Customer expectations for fast response times have never been higher. Almost one in three customers surveyed in our Customer Experience Trends Report expects a response in under five minutes by phone.

bad customer service

Today’s digitally savvy consumers are just not willing to wait if they don’t have to. Knowing how fast customers expect you to respond is one thing. But what can you do if you can’t get to every call that quickly?

Solution: Use technology to help cut down on wait times

Here are a few ways to keep up with customer expectations and provide swift responses:

  • Create an automated response to let customers know how long they might be on hold. If it’s too long, give them a way to easily ask for a callback or leave a message for your team.
  • Flag priority customers and inquiries that need an immediate response in your system so an agent can follow up promptly.
  • Improve processes that may be slowing you down. Getting tickets to the right agents as quickly as possible is essential to speedy service, and automations can help route workflows for you.

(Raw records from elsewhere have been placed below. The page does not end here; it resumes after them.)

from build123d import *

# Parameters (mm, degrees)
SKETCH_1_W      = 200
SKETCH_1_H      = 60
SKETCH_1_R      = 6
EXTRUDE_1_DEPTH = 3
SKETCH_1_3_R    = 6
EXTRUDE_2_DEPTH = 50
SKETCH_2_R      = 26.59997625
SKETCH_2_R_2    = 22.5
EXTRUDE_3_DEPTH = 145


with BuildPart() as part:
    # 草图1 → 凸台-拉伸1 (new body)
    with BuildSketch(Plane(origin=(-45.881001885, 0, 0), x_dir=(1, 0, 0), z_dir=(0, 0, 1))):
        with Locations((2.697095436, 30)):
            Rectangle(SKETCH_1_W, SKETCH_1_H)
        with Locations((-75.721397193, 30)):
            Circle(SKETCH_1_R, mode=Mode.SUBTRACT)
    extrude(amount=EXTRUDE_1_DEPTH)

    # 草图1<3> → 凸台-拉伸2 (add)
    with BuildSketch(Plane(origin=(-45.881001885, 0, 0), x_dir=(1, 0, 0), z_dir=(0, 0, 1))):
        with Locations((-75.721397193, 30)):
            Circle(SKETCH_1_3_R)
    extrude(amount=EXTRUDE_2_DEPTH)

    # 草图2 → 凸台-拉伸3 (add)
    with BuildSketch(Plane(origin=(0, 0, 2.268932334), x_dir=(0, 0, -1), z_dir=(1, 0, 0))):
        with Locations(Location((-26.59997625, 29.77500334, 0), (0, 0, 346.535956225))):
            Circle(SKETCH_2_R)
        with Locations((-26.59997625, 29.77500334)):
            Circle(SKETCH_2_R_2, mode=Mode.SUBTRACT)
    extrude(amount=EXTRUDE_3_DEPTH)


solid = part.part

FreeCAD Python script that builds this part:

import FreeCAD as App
import Part
import Sketcher


def add_polygon(sketch, points):
    """Adds a closed chain of lines whose ends are joined by coincident constraints."""
    first, n = sketch.GeometryCount, len(points)
    for a, b in zip(points, points[1:] + points[:1]):
        sketch.addGeometry(Part.LineSegment(App.Vector(*a, 0), App.Vector(*b, 0)), False)
    for i in range(n):
        sketch.addConstraint(Sketcher.Constraint("Coincident", first + i, 2, first + (i + 1) % n, 1))

doc = App.newDocument("Part")
body = doc.addObject("PartDesign::Body", "Body")

# Sketch on XY plane
sketch1 = body.newObject("Sketcher::SketchObject", "Sketch")
sketch1.AttachmentSupport = (doc.getObject("XY_Plane"), [""])
sketch1.MapMode = "FlatFace"
add_polygon(sketch1, [(-143, 60), (-143, 0), (57, 0), (57, 60)])  # lines 0-3
sketch1.addGeometry(Part.Circle(App.Vector(-122, 30, 0), App.Vector(0, 0, 1), 6), False)  # 4
sketch1.addConstraint([
    Sketcher.Constraint("Vertical", 0),
    Sketcher.Constraint("Horizontal", 1),
    Sketcher.Constraint("Vertical", 2),
    Sketcher.Constraint("Horizontal", 3),
    Sketcher.Constraint("PointOnObject", 0, 2, -1),
    Sketcher.Constraint("Diameter", 4, 12.0),
    Sketcher.Constraint("DistanceX", 1, 1, 1, 2, 200.0),
    Sketcher.Constraint("DistanceY", 0, 2, 0, 1, 60.0),
    Sketcher.Constraint("DistanceY", -1, 1, 4, 3, 30.0),
    Sketcher.Constraint("DistanceX", 4, 3, -1, 1, 121.602399),
    Sketcher.Constraint("DistanceX", 0, 2, -1, 1, 143.183906),
])
pad1 = body.newObject("PartDesign::Pad", "Pad")
pad1.Profile = sketch1
pad1.Length = 3

# Sketch on XY plane
sketch2 = body.newObject("Sketcher::SketchObject", "Sketch001")
sketch2.AttachmentSupport = (doc.getObject("XY_Plane"), [""])
sketch2.MapMode = "FlatFace"
sketch2.addGeometry(Part.Circle(App.Vector(-122, 30, 0), App.Vector(0, 0, 1), 6), False)
sketch2.addConstraint([
    Sketcher.Constraint("Diameter", 0, 12.0),
    Sketcher.Constraint("DistanceY", -1, 1, 0, 3, 30.0),
    Sketcher.Constraint("DistanceX", 0, 3, -1, 1, 121.602399),
])
pad2 = body.newObject("PartDesign::Pad", "Pad001")
pad2.Profile = sketch2
pad2.Length = 50

# Sketch on YZ plane
sketch3 = body.newObject("Sketcher::SketchObject", "Sketch002")
sketch3.AttachmentSupport = (doc.getObject("YZ_Plane"), [""])
sketch3.MapMode = "FlatFace"
sketch3.addGeometry([
    Part.Circle(App.Vector(30, 29, 0), App.Vector(0, 0, 1), 27),
    Part.Circle(App.Vector(30, 29, 0), App.Vector(0, 0, 1), 22),
], False)
sketch3.addConstraint([
    Sketcher.Constraint("Coincident", 1, 3, 0, 3),
    Sketcher.Constraint("Diameter", 1, 45.0),
    Sketcher.Constraint("Diameter", 0, 53.199953),
    Sketcher.Constraint("DistanceY", -1, 1, 0, 3, 28.868909),
    Sketcher.Constraint("DistanceX", -1, 1, 0, 3, 29.775003),
])
pad3 = body.newObject("PartDesign::Pad", "Pad002")
pad3.Profile = sketch3
pad3.Length = 145

doc.recompute()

5. Problem: You transfer callers so many times they get whiplash

“I called customer service with a question about a healthcare bill. The person who answered the phone said they had no idea why I was given that number because she wasn’t in billing. I got transferred to someone else. That person couldn’t help me either. So I was transferred AGAIN and had to explain everything all over. This continued on repeat for more than an hour. When I finally got to the right department, I was told they couldn’t help me.”

When a customer calls you for help, it usually means they couldn’t resolve the problem on their own. According to our Customer Experience Trends report, 63 percent of people always or almost always try to find answers on a company’s website first. So by the time they’re picking up a phone, your customers are likely already frustrated. Your job is to do whatever you can to help resolve the issue quickly and efficiently—with minimal back-and-forth.

bad customer service examples

Solution: Use the right software to manage your customer data

Agents need to understand a customer’s needs to create a good service experience. That requires access to the right data and tools.

  • Choose customer service software that gives your team quick access to customer data, all in one spot. For example, Zendesk enables support teams to work seamlessly in any channel and connects every single one of a company’s data sources to bring up the right information about customers automatically.
  • Use IVR to quickly sort calls to the right agent. Create a short series of prompts for the initial phone call that gets to the root of a customer’s issue so they’re routed to the right department from the start. That way, you won’t have to bounce them from agent to agent or make them wait on hold to find answers.

As a general rule, you should strive for zero transfers on most phone calls. Consider auditing your current transfer rate and look for trends on what causes the transfer. Lowering transfers may be as simple as investing in overall group trainings or using segmentation to focus your agents on specific needs.

Leave bad customer service behind for good

It takes a lot to make customers loyal but only one negative experience to break their trust. These tips can help your team consistently avoid the pitfalls and create great customer service experiences. With a proactive approach and a powerful CRM tool to support your team, you can ensure your company is one that customers will rave about—for all the right reasons.